[Records from a collection]

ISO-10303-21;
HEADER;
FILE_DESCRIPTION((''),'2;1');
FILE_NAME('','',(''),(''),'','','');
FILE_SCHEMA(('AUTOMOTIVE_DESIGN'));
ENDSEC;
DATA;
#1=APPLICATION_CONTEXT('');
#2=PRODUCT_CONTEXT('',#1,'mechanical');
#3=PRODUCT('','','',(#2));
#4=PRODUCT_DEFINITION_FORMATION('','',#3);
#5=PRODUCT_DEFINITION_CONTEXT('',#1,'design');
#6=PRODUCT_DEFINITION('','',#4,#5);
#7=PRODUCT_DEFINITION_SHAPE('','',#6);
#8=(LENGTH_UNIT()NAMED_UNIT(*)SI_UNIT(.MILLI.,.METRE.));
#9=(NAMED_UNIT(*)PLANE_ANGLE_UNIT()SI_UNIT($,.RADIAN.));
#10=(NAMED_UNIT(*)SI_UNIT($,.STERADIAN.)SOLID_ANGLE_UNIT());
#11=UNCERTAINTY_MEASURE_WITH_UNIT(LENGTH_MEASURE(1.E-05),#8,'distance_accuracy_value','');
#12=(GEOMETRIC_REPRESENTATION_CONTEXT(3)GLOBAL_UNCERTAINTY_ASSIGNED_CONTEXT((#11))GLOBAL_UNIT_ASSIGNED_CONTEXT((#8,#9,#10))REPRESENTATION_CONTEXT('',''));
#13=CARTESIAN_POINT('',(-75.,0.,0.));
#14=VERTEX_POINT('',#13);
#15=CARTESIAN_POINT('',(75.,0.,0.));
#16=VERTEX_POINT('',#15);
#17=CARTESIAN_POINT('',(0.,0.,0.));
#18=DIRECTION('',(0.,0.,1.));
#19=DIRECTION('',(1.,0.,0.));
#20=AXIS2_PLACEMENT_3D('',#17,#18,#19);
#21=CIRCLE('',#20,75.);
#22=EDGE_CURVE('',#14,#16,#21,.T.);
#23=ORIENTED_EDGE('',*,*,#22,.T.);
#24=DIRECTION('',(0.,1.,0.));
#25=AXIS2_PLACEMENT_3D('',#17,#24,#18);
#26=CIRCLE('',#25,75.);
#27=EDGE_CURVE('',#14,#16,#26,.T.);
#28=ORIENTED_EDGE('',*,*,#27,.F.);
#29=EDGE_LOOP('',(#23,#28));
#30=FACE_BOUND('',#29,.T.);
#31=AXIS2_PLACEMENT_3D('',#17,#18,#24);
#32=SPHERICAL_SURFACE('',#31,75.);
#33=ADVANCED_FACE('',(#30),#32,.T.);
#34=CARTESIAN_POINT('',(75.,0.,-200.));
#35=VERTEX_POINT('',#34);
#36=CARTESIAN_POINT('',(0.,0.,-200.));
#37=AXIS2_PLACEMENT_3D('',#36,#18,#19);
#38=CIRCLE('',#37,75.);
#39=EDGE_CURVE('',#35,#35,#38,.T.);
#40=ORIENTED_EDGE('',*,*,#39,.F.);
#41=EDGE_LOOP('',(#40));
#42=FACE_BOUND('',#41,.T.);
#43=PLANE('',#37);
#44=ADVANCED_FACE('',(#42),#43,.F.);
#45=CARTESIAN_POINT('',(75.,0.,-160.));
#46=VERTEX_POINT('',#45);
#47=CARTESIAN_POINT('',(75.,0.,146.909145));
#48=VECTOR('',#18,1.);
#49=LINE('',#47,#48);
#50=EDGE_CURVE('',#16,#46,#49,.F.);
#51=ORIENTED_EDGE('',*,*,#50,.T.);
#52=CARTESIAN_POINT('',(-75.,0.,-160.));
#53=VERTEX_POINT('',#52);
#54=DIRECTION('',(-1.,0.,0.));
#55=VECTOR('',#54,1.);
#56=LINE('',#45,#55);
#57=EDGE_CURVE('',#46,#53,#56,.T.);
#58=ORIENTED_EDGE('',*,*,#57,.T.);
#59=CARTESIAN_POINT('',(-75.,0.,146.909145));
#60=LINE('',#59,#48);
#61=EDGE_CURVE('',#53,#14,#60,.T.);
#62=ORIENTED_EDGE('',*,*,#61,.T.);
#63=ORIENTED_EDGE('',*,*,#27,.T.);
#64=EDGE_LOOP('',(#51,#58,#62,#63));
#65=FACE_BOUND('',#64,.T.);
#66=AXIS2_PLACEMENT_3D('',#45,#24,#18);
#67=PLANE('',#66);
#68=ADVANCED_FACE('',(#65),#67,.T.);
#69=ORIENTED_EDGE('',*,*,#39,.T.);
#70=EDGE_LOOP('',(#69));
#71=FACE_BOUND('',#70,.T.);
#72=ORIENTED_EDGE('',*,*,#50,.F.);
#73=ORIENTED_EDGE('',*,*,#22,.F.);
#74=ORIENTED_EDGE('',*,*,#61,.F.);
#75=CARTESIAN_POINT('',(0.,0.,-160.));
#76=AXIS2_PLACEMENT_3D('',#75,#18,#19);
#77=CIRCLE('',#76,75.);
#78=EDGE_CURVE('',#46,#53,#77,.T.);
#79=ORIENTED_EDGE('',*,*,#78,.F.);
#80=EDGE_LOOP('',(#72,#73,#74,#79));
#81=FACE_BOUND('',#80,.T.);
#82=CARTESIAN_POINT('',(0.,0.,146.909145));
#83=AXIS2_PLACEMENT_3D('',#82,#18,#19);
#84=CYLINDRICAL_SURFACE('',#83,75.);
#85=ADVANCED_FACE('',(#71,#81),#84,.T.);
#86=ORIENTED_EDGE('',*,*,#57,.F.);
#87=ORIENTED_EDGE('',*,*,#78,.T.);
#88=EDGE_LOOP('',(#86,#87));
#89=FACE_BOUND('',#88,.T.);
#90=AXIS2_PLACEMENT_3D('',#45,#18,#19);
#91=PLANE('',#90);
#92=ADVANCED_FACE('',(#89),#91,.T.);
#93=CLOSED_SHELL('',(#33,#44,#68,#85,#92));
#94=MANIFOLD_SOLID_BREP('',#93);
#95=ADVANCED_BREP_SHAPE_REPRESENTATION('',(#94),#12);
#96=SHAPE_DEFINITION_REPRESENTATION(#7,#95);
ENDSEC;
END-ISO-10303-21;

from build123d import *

# Parameters (mm, degrees)
CUT_EXTRUDE1_DEPTH      = 76
CUT_EXTRUDE1_DEPTH_BACK = 76


with BuildPart() as part:
    # Sketch1 → Revolve1 (revolve)
    with BuildSketch(Plane(origin=(0, 0, 0), x_dir=(0, 0, -1), z_dir=(1, 0, 0))):
        with BuildLine():
            Line((200, 0), (-75, 0))
            ThreePointArc((-75, 0), (-53.033008589, 53.033008589), (0, 75))
            Line((0, 75), (200, 75))
            Line((200, 75), (200, 0))
        make_face()
    revolve(axis=Axis((0, 0, 146.909145291), (0, 0, -1)))

    # Sketch2 → Cut-Extrude1 (cut, two sides)
    with BuildSketch(Plane(origin=(0, 0, 0), x_dir=(0, 0, -1), z_dir=(1, 0, 0))) as cut_extrude1_sk:
        with BuildLine():
            Line((160, 0), (160, 75))
            Line((160, 75), (0, 75))
            ThreePointArc((0, 75), (-53.033008589, 53.033008589), (-75, 0))
            Line((-75, 0), (160, 0))
        make_face()
    extrude(amount=CUT_EXTRUDE1_DEPTH, mode=Mode.SUBTRACT)
    extrude(cut_extrude1_sk.sketch, amount=-CUT_EXTRUDE1_DEPTH_BACK, mode=Mode.SUBTRACT)


solid = part.part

**How to complete this task**
Your answer should consist of every record, printed exactly as given.

**Response for this exercise**
ISO-10303-21;
HEADER;
FILE_DESCRIPTION((''),'2;1');
FILE_NAME('','',(''),(''),'','','');
FILE_SCHEMA(('AUTOMOTIVE_DESIGN'));
ENDSEC;
DATA;
#1=APPLICATION_CONTEXT('');
#2=PRODUCT_CONTEXT('',#1,'mechanical');
#3=PRODUCT('','','',(#2));
#4=PRODUCT_DEFINITION_FORMATION('','',#3);
#5=PRODUCT_DEFINITION_CONTEXT('',#1,'design');
#6=PRODUCT_DEFINITION('','',#4,#5);
#7=PRODUCT_DEFINITION_SHAPE('','',#6);
#8=(LENGTH_UNIT()NAMED_UNIT(*)SI_UNIT(.MILLI.,.METRE.));
#9=(NAMED_UNIT(*)PLANE_ANGLE_UNIT()SI_UNIT($,.RADIAN.));
#10=(NAMED_UNIT(*)SI_UNIT($,.STERADIAN.)SOLID_ANGLE_UNIT());
#11=UNCERTAINTY_MEASURE_WITH_UNIT(LENGTH_MEASURE(1.E-05),#8,'distance_accuracy_value','');
#12=(GEOMETRIC_REPRESENTATION_CONTEXT(3)GLOBAL_UNCERTAINTY_ASSIGNED_CONTEXT((#11))GLOBAL_UNIT_ASSIGNED_CONTEXT((#8,#9,#10))REPRESENTATION_CONTEXT('',''));
#13=CARTESIAN_POINT('',(-75.,0.,0.));
#14=VERTEX_POINT('',#13);
#15=CARTESIAN_POINT('',(75.,0.,0.));
#16=VERTEX_POINT('',#15);
#17=CARTESIAN_POINT('',(0.,0.,0.));
#18=DIRECTION('',(0.,0.,1.));
#19=DIRECTION('',(1.,0.,0.));
#20=AXIS2_PLACEMENT_3D('',#17,#18,#19);
#21=CIRCLE('',#20,75.);
#22=EDGE_CURVE('',#14,#16,#21,.T.);
#23=ORIENTED_EDGE('',*,*,#22,.T.);
#24=DIRECTION('',(0.,1.,0.));
#25=AXIS2_PLACEMENT_3D('',#17,#24,#18);
#26=CIRCLE('',#25,75.);
#27=EDGE_CURVE('',#14,#16,#26,.T.);
#28=ORIENTED_EDGE('',*,*,#27,.F.);
#29=EDGE_LOOP('',(#23,#28));
#30=FACE_BOUND('',#29,.T.);
#31=AXIS2_PLACEMENT_3D('',#17,#18,#24);
#32=SPHERICAL_SURFACE('',#31,75.);
#33=ADVANCED_FACE('',(#30),#32,.T.);
#34=CARTESIAN_POINT('',(75.,0.,-200.));
#35=VERTEX_POINT('',#34);
#36=CARTESIAN_POINT('',(0.,0.,-200.));
#37=AXIS2_PLACEMENT_3D('',#36,#18,#19);
#38=CIRCLE('',#37,75.);
#39=EDGE_CURVE('',#35,#35,#38,.T.);
#40=ORIENTED_EDGE('',*,*,#39,.F.);
#41=EDGE_LOOP('',(#40));
#42=FACE_BOUND('',#41,.T.);
#43=PLANE('',#37);
#44=ADVANCED_FACE('',(#42),#43,.F.);
#45=CARTESIAN_POINT('',(75.,0.,-160.));
#46=VERTEX_POINT('',#45);
#47=CARTESIAN_POINT('',(75.,0.,146.909145));
#48=VECTOR('',#18,1.);
#49=LINE('',#47,#48);
#50=EDGE_CURVE('',#16,#46,#49,.F.);
#51=ORIENTED_EDGE('',*,*,#50,.T.);
#52=CARTESIAN_POINT('',(-75.,0.,-160.));
#53=VERTEX_POINT('',#52);
#54=DIRECTION('',(-1.,0.,0.));
#55=VECTOR('',#54,1.);
#56=LINE('',#45,#55);
#57=EDGE_CURVE('',#46,#53,#56,.T.);
#58=ORIENTED_EDGE('',*,*,#57,.T.);
#59=CARTESIAN_POINT('',(-75.,0.,146.909145));
#60=LINE('',#59,#48);
#61=EDGE_CURVE('',#53,#14,#60,.T.);
#62=ORIENTED_EDGE('',*,*,#61,.T.);
#63=ORIENTED_EDGE('',*,*,#27,.T.);
#64=EDGE_LOOP('',(#51,#58,#62,#63));
#65=FACE_BOUND('',#64,.T.);
#66=AXIS2_PLACEMENT_3D('',#45,#24,#18);
#67=PLANE('',#66);
#68=ADVANCED_FACE('',(#65),#67,.T.);
#69=ORIENTED_EDGE('',*,*,#39,.T.);
#70=EDGE_LOOP('',(#69));
#71=FACE_BOUND('',#70,.T.);
#72=ORIENTED_EDGE('',*,*,#50,.F.);
#73=ORIENTED_EDGE('',*,*,#22,.F.);
#74=ORIENTED_EDGE('',*,*,#61,.F.);
#75=CARTESIAN_POINT('',(0.,0.,-160.));
#76=AXIS2_PLACEMENT_3D('',#75,#18,#19);
#77=CIRCLE('',#76,75.);
#78=EDGE_CURVE('',#46,#53,#77,.T.);
#79=ORIENTED_EDGE('',*,*,#78,.F.);
#80=EDGE_LOOP('',(#72,#73,#74,#79));
#81=FACE_BOUND('',#80,.T.);
#82=CARTESIAN_POINT('',(0.,0.,146.909145));
#83=AXIS2_PLACEMENT_3D('',#82,#18,#19);
#84=CYLINDRICAL_SURFACE('',#83,75.);
#85=ADVANCED_FACE('',(#71,#81),#84,.T.);
#86=ORIENTED_EDGE('',*,*,#57,.F.);
#87=ORIENTED_EDGE('',*,*,#78,.T.);
#88=EDGE_LOOP('',(#86,#87));
#89=FACE_BOUND('',#88,.T.);
#90=AXIS2_PLACEMENT_3D('',#45,#18,#19);
#91=PLANE('',#90);
#92=ADVANCED_FACE('',(#89),#91,.T.);
#93=CLOSED_SHELL('',(#33,#44,#68,#85,#92));
#94=MANIFOLD_SOLID_BREP('',#93);
#95=ADVANCED_BREP_SHAPE_REPRESENTATION('',(#94),#12);
#96=SHAPE_DEFINITION_REPRESENTATION(#7,#95);
ENDSEC;
END-ISO-10303-21;

from build123d import *

# Parameters (mm, degrees)
CUT_EXTRUDE1_DEPTH      = 76
CUT_EXTRUDE1_DEPTH_BACK = 76


with BuildPart() as part:
    # Sketch1 → Revolve1 (revolve)
    with BuildSketch(Plane(origin=(0, 0, 0), x_dir=(0, 0, -1), z_dir=(1, 0, 0))):
        with BuildLine():
            Line((200, 0), (-75, 0))
            ThreePointArc((-75, 0), (-53.033008589, 53.033008589), (0, 75))
            Line((0, 75), (200, 75))
            Line((200, 75), (200, 0))
        make_face()
    revolve(axis=Axis((0, 0, 146.909145291), (0, 0, -1)))

    # Sketch2 → Cut-Extrude1 (cut, two sides)
    with BuildSketch(Plane(origin=(0, 0, 0), x_dir=(0, 0, -1), z_dir=(1, 0, 0))) as cut_extrude1_sk:
        with BuildLine():
            Line((160, 0), (160, 75))
            Line((160, 75), (0, 75))
            ThreePointArc((0, 75), (-53.033008589, 53.033008589), (-75, 0))
            Line((-75, 0), (160, 0))
        make_face()
    extrude(amount=CUT_EXTRUDE1_DEPTH, mode=Mode.SUBTRACT)
    extrude(cut_extrude1_sk.sketch, amount=-CUT_EXTRUDE1_DEPTH_BACK, mode=Mode.SUBTRACT)


solid = part.part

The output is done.